Alice and Bob have a rectangular board divided into a grid with r rows and c columns. Each character of s represents one cell. There are four types of cells: 'E' denotes an exit. There may be arbitrarily many exits, possibly zero. 'T' means the square contains a single token. Initially there will be exactly one token on the entire board. '#' denotes an obstacle. '.' denotes an empty cell. Alice and Bob will play a game on this board. The game is parameterized by the int k. The token initially has the number k on it. The players will take alternating turns, starting with Alice. A player's turn consists of the following steps: The player moves the token one square up, down, left, or right. The token cannot go over the edge of the board and it cannot enter a cell with an obstacle. If this token is on an exit, it disappears from the board. Otherwise, subtract one from the number on the token. If the number on the token is zero, remove it from the board. The first player unable to make a move loses the game. (This happens when the token is stuck and also when it already left the board.) You are given the vector s and the int k Compute the winner of the game, assuming both Alice and Bob play optimally. Return the winner's name: either "Alice" or "Bob". Note that the return value is case-sensitive.

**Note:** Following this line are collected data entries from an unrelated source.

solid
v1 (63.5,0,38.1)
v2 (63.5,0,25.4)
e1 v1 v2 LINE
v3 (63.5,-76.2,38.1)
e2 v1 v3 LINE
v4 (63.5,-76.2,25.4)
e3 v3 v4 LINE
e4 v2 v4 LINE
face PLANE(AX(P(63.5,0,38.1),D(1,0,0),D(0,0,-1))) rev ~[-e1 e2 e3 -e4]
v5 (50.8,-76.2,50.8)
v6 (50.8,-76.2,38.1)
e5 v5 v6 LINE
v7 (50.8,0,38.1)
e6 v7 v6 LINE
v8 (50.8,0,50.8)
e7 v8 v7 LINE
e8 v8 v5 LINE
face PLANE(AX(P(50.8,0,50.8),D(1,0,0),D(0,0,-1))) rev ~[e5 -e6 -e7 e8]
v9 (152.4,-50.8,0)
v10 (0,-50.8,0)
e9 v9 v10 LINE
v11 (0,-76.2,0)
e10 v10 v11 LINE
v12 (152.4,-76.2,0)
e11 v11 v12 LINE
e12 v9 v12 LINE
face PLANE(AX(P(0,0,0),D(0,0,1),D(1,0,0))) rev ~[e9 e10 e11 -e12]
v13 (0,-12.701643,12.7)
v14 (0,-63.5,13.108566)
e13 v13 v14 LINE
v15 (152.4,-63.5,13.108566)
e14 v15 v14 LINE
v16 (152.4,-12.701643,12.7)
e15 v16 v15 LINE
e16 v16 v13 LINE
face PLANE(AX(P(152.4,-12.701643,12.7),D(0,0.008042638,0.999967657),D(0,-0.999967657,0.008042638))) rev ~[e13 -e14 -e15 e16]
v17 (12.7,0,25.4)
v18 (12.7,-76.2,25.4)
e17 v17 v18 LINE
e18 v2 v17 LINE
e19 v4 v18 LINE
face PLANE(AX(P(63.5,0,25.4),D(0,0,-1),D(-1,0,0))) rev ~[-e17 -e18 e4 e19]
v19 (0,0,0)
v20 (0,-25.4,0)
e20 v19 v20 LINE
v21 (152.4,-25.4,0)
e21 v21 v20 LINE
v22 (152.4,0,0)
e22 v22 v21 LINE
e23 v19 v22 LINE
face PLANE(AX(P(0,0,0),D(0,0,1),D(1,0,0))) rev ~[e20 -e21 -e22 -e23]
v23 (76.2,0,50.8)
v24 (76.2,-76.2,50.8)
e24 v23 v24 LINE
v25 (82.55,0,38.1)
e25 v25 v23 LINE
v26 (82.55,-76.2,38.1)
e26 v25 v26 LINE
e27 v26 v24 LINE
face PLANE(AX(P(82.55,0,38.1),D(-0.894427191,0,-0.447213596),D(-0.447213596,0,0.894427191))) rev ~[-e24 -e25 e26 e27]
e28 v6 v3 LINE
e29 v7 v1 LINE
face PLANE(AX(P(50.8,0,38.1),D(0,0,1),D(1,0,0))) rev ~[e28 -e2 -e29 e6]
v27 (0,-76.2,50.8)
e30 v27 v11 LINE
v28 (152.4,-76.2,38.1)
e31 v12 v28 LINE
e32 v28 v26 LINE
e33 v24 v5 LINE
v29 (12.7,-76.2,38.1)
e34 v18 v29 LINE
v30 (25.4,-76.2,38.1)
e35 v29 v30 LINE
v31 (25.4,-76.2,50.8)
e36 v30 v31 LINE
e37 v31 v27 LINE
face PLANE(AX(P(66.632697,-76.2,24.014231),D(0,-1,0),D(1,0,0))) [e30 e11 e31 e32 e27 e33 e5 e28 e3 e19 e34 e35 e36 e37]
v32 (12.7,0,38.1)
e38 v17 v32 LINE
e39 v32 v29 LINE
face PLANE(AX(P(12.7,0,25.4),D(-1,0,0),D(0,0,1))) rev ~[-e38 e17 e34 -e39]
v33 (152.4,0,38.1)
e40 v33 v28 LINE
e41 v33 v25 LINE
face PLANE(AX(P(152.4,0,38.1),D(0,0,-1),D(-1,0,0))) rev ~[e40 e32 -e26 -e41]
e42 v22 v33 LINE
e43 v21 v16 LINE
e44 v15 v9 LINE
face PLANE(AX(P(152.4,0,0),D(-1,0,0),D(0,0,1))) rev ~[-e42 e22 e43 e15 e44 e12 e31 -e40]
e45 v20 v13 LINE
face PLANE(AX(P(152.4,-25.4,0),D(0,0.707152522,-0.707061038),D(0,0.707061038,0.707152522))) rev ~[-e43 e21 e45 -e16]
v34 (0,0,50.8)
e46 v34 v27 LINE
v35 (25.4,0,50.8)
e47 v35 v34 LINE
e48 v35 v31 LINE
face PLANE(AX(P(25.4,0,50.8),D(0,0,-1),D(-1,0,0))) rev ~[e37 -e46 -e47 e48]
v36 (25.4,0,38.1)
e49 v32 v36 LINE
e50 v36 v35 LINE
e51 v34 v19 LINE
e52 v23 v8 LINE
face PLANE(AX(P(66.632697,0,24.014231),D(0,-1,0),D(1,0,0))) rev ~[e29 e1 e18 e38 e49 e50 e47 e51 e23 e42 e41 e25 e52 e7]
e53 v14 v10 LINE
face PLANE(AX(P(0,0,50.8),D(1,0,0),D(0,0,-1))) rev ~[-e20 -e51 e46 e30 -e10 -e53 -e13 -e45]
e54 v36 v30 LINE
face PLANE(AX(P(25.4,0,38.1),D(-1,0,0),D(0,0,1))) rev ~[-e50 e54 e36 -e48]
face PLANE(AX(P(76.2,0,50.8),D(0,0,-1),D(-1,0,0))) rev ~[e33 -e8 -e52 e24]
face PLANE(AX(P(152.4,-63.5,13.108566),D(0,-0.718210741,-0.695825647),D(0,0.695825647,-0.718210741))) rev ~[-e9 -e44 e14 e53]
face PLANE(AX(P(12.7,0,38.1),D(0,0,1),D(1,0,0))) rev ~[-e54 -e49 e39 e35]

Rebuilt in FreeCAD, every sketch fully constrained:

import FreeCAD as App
import Part
import Sketcher
Q = App.Units.Quantity


def add_polygon(sketch, points):
    """Adds a closed chain of lines whose ends are joined by coincident constraints."""
    first, n = sketch.GeometryCount, len(points)
    for a, b in zip(points, points[1:] + points[:1]):
        sketch.addGeometry(Part.LineSegment(App.Vector(*a, 0), App.Vector(*b, 0)), False)
    for i in range(n):
        sketch.addConstraint(Sketcher.Constraint("Coincident", first + i, 2, first + (i + 1) % n, 1))

doc = App.newDocument("Part")
body = doc.addObject("PartDesign::Body", "Body")

# Sketch on XZ plane
sketch1 = body.newObject("Sketcher::SketchObject", "Sketch")
sketch1.AttachmentSupport = (doc.getObject("XZ_Plane"), [""])
sketch1.MapMode = "FlatFace"
add_polygon(sketch1, [(0, 51), (0, 0), (152, 0), (152, 38), (83, 38), (76, 51), (51, 51), (51, 38), (64, 38), (64, 25), (13, 25), (13, 38), (25, 38), (25, 51)])  # lines 0-13
sketch1.addConstraint(Sketcher.Constraint("Vertical", 0))
sketch1.addConstraint(Sketcher.Constraint("Horizontal", 1))
sketch1.addConstraint(Sketcher.Constraint("Vertical", 2))
sketch1.addConstraint(Sketcher.Constraint("Horizontal", 3))
sketch1.addConstraint(Sketcher.Constraint("Horizontal", 5))
sketch1.addConstraint(Sketcher.Constraint("Vertical", 6))
sketch1.addConstraint(Sketcher.Constraint("Horizontal", 7))
sketch1.addConstraint(Sketcher.Constraint("Vertical", 8))
sketch1.addConstraint(Sketcher.Constraint("Horizontal", 9))
sketch1.addConstraint(Sketcher.Constraint("Vertical", 10))
sketch1.addConstraint(Sketcher.Constraint("Horizontal", 11))
sketch1.addConstraint(Sketcher.Constraint("Vertical", 12))
sketch1.addConstraint(Sketcher.Constraint("Horizontal", 13))
sketch1.addConstraint(Sketcher.Constraint("Coincident", 0, 2, -1, 1))
sketch1.addConstraint(Sketcher.Constraint("Horizontal", 3, 2, 6, 2))
sketch1.addConstraint(Sketcher.Constraint("Horizontal", 7, 2, 10, 2))
sketch1.addConstraint(Sketcher.Constraint("Horizontal", 5, 2, 12, 2))
sketch1.addConstraint(Sketcher.Constraint("Equal", 7, 11))
sketch1.addConstraint(Sketcher.Constraint("Equal", 5, 13))
sketch1.addConstraint(Sketcher.Constraint("Equal", 9, 0))
sketch1.addConstraint(Sketcher.Constraint("Equal", 11, 6))
sketch1.addConstraint(Sketcher.Constraint("Equal", 6, 8))
sketch1.addConstraint(Sketcher.Constraint("DistanceX", 1, 1, 1, 2, Q("6 in")))
sketch1.addConstraint(Sketcher.Constraint("DistanceX", 5, 2, 5, 1, Q("1 in")))
sketch1.addConstraint(Sketcher.Constraint("DistanceX", 9, 2, 9, 1, Q("2 in")))
sketch1.addConstraint(Sketcher.Constraint("DistanceX", 7, 1, 7, 2, Q("0.5 in")))
sketch1.addConstraint(Sketcher.Constraint("DistanceX", 3, 2, 3, 1, Q("2.75 in")))
pad1 = body.newObject("PartDesign::Pad", "Pad")
pad1.Profile = sketch1
pad1.Length = Q("3 in")

# Sketch on YZ plane
sketch2 = body.newObject("Sketcher::SketchObject", "Sketch001")
sketch2.AttachmentSupport = (doc.getObject("YZ_Plane"), [""])
sketch2.MapMode = "FlatFace"
sketch2.AttachmentOffset = App.Placement(App.Vector(0, 0, 6 * 25.4), App.Rotation())
add_polygon(sketch2, [(-13, 13), (-64, 13), (-51, 0), (-25, 0)])  # lines 0-3
sketch2.addConstraint(Sketcher.Constraint("Horizontal", 2))
sketch2.addConstraint(Sketcher.Constraint("PointOnObject", 1, 2, -1))
sketch2.addConstraint(Sketcher.Constraint("DistanceX", 2, 1, 2, 2, Q("1 in")))
sketch2.addConstraint(Sketcher.Constraint("Distance", 0, Q("2 in")))
sketch2.addConstraint(Sketcher.Constraint("DistanceX", 1, 2, -1, 1, Q("2 in")))
sketch2.addConstraint(Sketcher.Constraint("DistanceX", 0, 2, -1, 1, Q("2.5 in")))
sketch2.addConstraint(Sketcher.Constraint("DistanceY", -1, 1, 3, 2, Q("0.5 in")))
sketch2.addConstraint(Sketcher.Constraint("Distance", 1, 18.251699))
pocket1 = body.newObject("PartDesign::Pocket", "Pocket")
pocket1.Profile = sketch2
pocket1.Length = Q("6 in")

doc.recompute()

First Line will contain number of test cases. The first line of every test case will contain r. Then next r lines will contain characters <= 50. Then next line will contain k.

Constraints- 1 <= t <=100 r will be between 1 and 50, inclusive. s will contain exactly r elements, each consisting of c characters. Each character of each element of s will be one of 'T', 'E', '#', or '.'. There will be exactly 1 'T' charcters within all elements of s. k will be between 1 and 100, inclusive.